Using spaced ground poles will teach him to pick up those front feet. You may find that he'll lower his head better just to see where he's going. Overall he could benefit from learning some collection, some roundness while pushing with his back end. He needs to really reach under himself with his hind legs, think lots of impulsion. 
Both of these techniques will help him become better balanced. His neck won't look so weak, he'll develop muscle where right now it dips down like a ewe neck. Getting under himself and driving more will bulk up his hind quarters and gaskins and really play to the strength of that big butt. 
Overall he's a nice horse, getting some balance and working muscles on him and he'll look very different!


----------



## SilverMaple (Jun 24, 2017)

He's going to find it extremely difficult to NOT move heavy on the forehand with the way he's built -- high in the rear, shallow shoulder, heavy head and coarse, low-set neck. However, I'm seeing classic 'pain' stance, too. With his conformation, the first thing I would want to rule out is navicular -- tripping is often a symptom. Ensuring he's pain free will also help him move better. All the gymnastics in the world won't help if he's sore.


----------



## EternalDrift (Mar 26, 2019)

rambo99 said:


> Does he always stand with fronts out in front of him? He looks uncomfortable in his stance,could be why he's stumbling a lot. He's a bit butt high but not horrible neck is low set and short looking he's got a big clunky head. Really though his stance is a bit concerning.

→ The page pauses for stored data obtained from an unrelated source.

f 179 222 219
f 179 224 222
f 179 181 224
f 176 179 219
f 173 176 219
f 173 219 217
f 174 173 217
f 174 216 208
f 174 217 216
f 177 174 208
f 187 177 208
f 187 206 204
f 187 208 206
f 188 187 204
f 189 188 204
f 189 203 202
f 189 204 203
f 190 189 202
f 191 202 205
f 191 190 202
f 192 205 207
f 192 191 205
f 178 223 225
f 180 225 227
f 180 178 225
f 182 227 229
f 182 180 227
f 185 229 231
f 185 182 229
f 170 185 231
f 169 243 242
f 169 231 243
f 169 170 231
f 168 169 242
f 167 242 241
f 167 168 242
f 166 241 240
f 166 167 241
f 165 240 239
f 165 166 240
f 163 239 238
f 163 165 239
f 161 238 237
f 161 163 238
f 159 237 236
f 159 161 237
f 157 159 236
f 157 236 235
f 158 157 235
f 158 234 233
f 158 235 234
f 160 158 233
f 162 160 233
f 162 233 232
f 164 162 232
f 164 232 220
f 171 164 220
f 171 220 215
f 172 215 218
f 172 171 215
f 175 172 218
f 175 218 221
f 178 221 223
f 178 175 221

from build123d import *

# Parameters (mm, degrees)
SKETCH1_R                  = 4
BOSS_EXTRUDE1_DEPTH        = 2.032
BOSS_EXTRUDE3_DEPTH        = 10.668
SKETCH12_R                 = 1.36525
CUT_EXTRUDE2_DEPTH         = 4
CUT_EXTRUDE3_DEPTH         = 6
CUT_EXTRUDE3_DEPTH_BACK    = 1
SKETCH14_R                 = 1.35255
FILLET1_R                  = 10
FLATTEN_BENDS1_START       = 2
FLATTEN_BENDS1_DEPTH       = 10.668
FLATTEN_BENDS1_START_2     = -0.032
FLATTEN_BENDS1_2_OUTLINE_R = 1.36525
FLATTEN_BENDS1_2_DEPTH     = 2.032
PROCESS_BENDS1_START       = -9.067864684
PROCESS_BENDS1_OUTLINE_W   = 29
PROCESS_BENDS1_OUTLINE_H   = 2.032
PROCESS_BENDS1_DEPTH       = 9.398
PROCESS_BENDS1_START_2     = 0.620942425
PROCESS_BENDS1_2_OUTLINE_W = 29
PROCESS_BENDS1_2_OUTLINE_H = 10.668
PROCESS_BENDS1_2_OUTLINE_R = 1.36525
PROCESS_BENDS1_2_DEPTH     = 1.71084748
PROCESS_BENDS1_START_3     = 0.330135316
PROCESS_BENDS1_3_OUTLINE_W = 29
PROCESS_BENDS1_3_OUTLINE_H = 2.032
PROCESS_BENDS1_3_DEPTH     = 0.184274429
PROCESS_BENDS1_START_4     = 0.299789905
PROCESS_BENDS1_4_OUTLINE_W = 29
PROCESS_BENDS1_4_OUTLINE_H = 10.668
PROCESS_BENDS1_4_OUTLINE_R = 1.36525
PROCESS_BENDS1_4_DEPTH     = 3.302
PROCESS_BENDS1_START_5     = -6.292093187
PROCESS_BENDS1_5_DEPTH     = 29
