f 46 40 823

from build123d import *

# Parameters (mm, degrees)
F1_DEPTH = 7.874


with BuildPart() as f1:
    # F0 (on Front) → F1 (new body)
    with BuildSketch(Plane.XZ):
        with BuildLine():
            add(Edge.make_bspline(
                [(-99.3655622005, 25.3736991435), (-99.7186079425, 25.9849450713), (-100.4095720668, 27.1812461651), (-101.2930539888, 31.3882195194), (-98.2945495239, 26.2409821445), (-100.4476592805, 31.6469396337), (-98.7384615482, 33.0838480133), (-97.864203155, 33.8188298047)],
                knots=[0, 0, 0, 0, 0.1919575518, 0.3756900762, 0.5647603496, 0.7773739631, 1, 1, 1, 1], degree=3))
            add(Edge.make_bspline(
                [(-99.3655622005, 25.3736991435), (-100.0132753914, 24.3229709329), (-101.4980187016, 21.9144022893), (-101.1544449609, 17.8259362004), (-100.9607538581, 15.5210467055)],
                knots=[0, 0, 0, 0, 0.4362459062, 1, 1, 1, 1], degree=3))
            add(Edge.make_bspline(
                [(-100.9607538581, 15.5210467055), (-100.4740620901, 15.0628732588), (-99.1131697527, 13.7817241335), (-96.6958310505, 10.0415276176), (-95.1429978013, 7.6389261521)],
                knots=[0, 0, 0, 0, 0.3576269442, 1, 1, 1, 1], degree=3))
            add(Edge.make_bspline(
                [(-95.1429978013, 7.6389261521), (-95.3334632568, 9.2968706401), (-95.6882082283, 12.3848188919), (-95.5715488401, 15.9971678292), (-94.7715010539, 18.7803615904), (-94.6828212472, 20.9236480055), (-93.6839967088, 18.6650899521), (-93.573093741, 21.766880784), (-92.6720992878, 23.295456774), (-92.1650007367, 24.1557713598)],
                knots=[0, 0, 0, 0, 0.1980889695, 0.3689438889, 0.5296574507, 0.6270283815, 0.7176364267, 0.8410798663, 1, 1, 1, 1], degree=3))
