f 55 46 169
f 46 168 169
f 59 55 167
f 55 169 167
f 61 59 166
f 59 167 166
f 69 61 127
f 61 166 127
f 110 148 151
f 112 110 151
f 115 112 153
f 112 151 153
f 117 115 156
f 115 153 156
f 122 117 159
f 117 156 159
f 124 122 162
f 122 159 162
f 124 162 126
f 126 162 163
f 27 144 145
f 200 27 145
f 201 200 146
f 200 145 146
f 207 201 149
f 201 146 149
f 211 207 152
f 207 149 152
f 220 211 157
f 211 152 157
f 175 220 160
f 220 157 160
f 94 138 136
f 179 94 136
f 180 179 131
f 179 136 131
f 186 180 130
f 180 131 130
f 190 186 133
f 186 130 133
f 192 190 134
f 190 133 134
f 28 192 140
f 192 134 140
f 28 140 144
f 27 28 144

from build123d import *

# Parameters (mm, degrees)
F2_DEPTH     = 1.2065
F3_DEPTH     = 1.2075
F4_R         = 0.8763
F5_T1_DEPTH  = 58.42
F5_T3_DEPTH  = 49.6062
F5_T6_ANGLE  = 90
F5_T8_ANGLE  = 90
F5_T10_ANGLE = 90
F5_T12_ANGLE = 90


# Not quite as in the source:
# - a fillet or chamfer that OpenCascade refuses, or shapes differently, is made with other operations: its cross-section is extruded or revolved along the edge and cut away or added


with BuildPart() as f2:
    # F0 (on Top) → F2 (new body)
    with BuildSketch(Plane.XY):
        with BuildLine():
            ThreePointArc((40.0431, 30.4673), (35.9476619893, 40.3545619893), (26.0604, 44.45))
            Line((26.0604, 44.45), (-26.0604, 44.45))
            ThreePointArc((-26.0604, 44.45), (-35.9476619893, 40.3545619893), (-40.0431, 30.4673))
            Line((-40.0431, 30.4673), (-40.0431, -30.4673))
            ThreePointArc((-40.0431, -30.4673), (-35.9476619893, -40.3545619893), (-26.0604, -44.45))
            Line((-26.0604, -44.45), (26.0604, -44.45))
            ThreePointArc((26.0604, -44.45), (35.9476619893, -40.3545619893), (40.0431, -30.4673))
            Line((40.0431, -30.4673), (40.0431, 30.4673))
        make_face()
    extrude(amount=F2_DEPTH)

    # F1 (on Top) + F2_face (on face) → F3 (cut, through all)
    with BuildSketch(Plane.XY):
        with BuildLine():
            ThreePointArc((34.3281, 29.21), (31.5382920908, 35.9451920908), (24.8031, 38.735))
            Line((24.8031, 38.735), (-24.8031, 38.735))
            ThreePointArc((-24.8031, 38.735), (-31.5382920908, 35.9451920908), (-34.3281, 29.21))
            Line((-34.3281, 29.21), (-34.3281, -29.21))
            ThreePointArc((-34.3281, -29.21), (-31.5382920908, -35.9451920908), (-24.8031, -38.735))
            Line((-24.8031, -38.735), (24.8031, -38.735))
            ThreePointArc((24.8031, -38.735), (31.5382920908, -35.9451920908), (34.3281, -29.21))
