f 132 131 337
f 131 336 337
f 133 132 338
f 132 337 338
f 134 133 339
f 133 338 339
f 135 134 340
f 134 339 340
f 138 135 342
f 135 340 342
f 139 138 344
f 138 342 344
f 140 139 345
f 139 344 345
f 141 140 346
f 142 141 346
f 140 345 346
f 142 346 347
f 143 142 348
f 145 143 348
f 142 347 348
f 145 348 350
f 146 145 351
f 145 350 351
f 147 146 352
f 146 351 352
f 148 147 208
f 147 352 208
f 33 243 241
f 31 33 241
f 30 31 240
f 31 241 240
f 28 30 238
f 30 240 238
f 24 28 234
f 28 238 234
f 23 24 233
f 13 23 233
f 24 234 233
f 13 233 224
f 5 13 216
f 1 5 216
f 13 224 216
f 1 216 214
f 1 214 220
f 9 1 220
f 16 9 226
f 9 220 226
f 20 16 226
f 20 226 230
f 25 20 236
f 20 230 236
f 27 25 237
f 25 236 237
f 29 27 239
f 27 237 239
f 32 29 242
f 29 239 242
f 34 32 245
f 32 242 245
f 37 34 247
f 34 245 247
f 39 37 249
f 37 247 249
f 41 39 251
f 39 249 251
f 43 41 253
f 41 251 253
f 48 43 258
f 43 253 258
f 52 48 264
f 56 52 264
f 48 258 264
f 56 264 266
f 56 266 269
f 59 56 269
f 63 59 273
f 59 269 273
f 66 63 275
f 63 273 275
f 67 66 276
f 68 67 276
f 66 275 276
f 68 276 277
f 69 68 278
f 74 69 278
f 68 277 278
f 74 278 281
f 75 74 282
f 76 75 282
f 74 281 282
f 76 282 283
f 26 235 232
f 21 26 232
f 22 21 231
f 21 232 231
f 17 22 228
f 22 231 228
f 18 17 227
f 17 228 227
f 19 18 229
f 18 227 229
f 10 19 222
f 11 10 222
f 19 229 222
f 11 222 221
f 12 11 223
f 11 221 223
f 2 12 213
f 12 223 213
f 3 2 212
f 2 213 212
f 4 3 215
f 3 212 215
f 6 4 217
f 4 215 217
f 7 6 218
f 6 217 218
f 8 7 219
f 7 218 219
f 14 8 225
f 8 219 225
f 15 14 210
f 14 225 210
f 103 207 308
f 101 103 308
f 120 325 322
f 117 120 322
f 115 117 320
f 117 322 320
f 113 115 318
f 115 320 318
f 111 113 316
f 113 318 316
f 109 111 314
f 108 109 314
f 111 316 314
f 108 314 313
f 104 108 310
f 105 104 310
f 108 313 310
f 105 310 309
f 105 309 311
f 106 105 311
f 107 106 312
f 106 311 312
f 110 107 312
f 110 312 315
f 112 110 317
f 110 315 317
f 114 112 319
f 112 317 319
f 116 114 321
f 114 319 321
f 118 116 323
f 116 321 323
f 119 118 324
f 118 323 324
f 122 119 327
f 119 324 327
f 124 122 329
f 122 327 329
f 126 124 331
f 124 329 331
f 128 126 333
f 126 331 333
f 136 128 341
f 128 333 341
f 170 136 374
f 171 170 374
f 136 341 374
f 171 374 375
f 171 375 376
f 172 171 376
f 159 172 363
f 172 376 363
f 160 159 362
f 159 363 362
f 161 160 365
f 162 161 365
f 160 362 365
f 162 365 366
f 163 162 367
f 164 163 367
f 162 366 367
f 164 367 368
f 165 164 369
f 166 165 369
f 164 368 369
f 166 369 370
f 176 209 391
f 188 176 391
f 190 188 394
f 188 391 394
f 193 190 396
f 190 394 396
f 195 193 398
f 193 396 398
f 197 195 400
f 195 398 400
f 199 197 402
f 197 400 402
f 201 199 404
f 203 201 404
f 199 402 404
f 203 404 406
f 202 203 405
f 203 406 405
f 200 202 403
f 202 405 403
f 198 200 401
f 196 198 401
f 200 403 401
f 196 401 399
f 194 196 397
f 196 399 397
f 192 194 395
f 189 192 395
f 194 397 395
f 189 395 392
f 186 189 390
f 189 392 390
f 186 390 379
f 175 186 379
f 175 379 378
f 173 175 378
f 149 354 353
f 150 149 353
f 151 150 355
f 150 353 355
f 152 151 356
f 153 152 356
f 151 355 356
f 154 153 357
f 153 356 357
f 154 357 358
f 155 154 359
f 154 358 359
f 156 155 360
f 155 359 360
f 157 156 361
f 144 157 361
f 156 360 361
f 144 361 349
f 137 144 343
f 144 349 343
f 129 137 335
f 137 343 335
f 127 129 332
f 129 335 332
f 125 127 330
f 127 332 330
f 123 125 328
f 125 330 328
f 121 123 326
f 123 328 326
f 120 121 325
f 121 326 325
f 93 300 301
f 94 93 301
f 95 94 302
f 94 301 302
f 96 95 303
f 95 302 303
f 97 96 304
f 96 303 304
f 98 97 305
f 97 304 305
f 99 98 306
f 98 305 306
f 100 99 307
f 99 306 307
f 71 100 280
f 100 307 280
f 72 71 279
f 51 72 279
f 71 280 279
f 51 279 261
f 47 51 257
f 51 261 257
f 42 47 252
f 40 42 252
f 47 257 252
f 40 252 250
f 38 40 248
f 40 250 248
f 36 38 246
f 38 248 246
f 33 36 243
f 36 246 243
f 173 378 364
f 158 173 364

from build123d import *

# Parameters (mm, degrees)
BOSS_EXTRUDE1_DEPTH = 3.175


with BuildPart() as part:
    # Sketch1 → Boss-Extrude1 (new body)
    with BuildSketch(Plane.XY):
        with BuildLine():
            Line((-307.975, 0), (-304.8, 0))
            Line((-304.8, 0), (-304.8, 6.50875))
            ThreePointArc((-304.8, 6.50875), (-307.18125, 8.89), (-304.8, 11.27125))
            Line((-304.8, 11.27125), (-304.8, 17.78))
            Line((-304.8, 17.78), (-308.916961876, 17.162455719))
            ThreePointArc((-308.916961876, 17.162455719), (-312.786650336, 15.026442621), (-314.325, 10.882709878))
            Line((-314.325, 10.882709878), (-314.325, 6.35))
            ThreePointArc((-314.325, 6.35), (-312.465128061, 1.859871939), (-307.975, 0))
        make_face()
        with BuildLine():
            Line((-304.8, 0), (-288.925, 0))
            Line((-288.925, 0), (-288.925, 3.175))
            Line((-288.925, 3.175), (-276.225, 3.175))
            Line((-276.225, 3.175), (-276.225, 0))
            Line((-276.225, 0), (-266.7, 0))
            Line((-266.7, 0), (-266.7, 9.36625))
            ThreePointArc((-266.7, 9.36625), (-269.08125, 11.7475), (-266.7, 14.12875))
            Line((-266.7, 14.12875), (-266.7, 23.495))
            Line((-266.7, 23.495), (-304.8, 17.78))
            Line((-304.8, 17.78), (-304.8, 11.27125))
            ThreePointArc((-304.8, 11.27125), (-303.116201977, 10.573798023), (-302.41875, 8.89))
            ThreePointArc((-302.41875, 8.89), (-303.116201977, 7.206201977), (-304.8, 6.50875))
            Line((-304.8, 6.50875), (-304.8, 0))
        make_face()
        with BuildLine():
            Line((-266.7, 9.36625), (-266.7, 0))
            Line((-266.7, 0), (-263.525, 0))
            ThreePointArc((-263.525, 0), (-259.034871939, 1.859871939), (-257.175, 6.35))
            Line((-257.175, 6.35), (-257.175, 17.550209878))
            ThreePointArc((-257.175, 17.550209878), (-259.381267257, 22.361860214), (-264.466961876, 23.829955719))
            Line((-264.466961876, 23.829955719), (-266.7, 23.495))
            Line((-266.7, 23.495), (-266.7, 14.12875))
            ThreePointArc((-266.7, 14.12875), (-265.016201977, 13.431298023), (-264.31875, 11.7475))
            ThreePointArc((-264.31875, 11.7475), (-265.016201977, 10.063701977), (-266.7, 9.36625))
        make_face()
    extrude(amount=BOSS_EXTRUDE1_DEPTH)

I made him stand like that to try and get him square? I can try and see if i can get him standing relaxed. He doesnt stand like this normally


----------



## EternalDrift (Mar 26, 2019)

SilverMaple said:


> He's going to find it extremely difficult to NOT move heavy on the forehand with the way he's built -- high in the rear, shallow shoulder, heavy head and coarse, low-set neck. However, I'm seeing classic 'pain' stance, too. With his conformation, the first thing I would want to rule out is navicular -- tripping is often a symptom. Ensuring he's pain free will also help him move better. All the gymnastics in the world won't help if he's sore.


What would I ask a vet to look into if its pain? Unsure if its pain as I made his stand like that for the photo? Will try to get a pic of him standing naturally.


----------



## loosie (Jun 19, 2008)

Yeah get him to stand naturally - as square as possible, but natural. And while yes, he looks a bit bum high, that first pic looks way different to the second in that regard - camera angle or such, making it look like his hind is more 'uphill'? He looks quite straight through his hind legs too, but until he's standing naturally, not sure how much 'conformational' it is. Best to stand him on hard, flat surface too for shots.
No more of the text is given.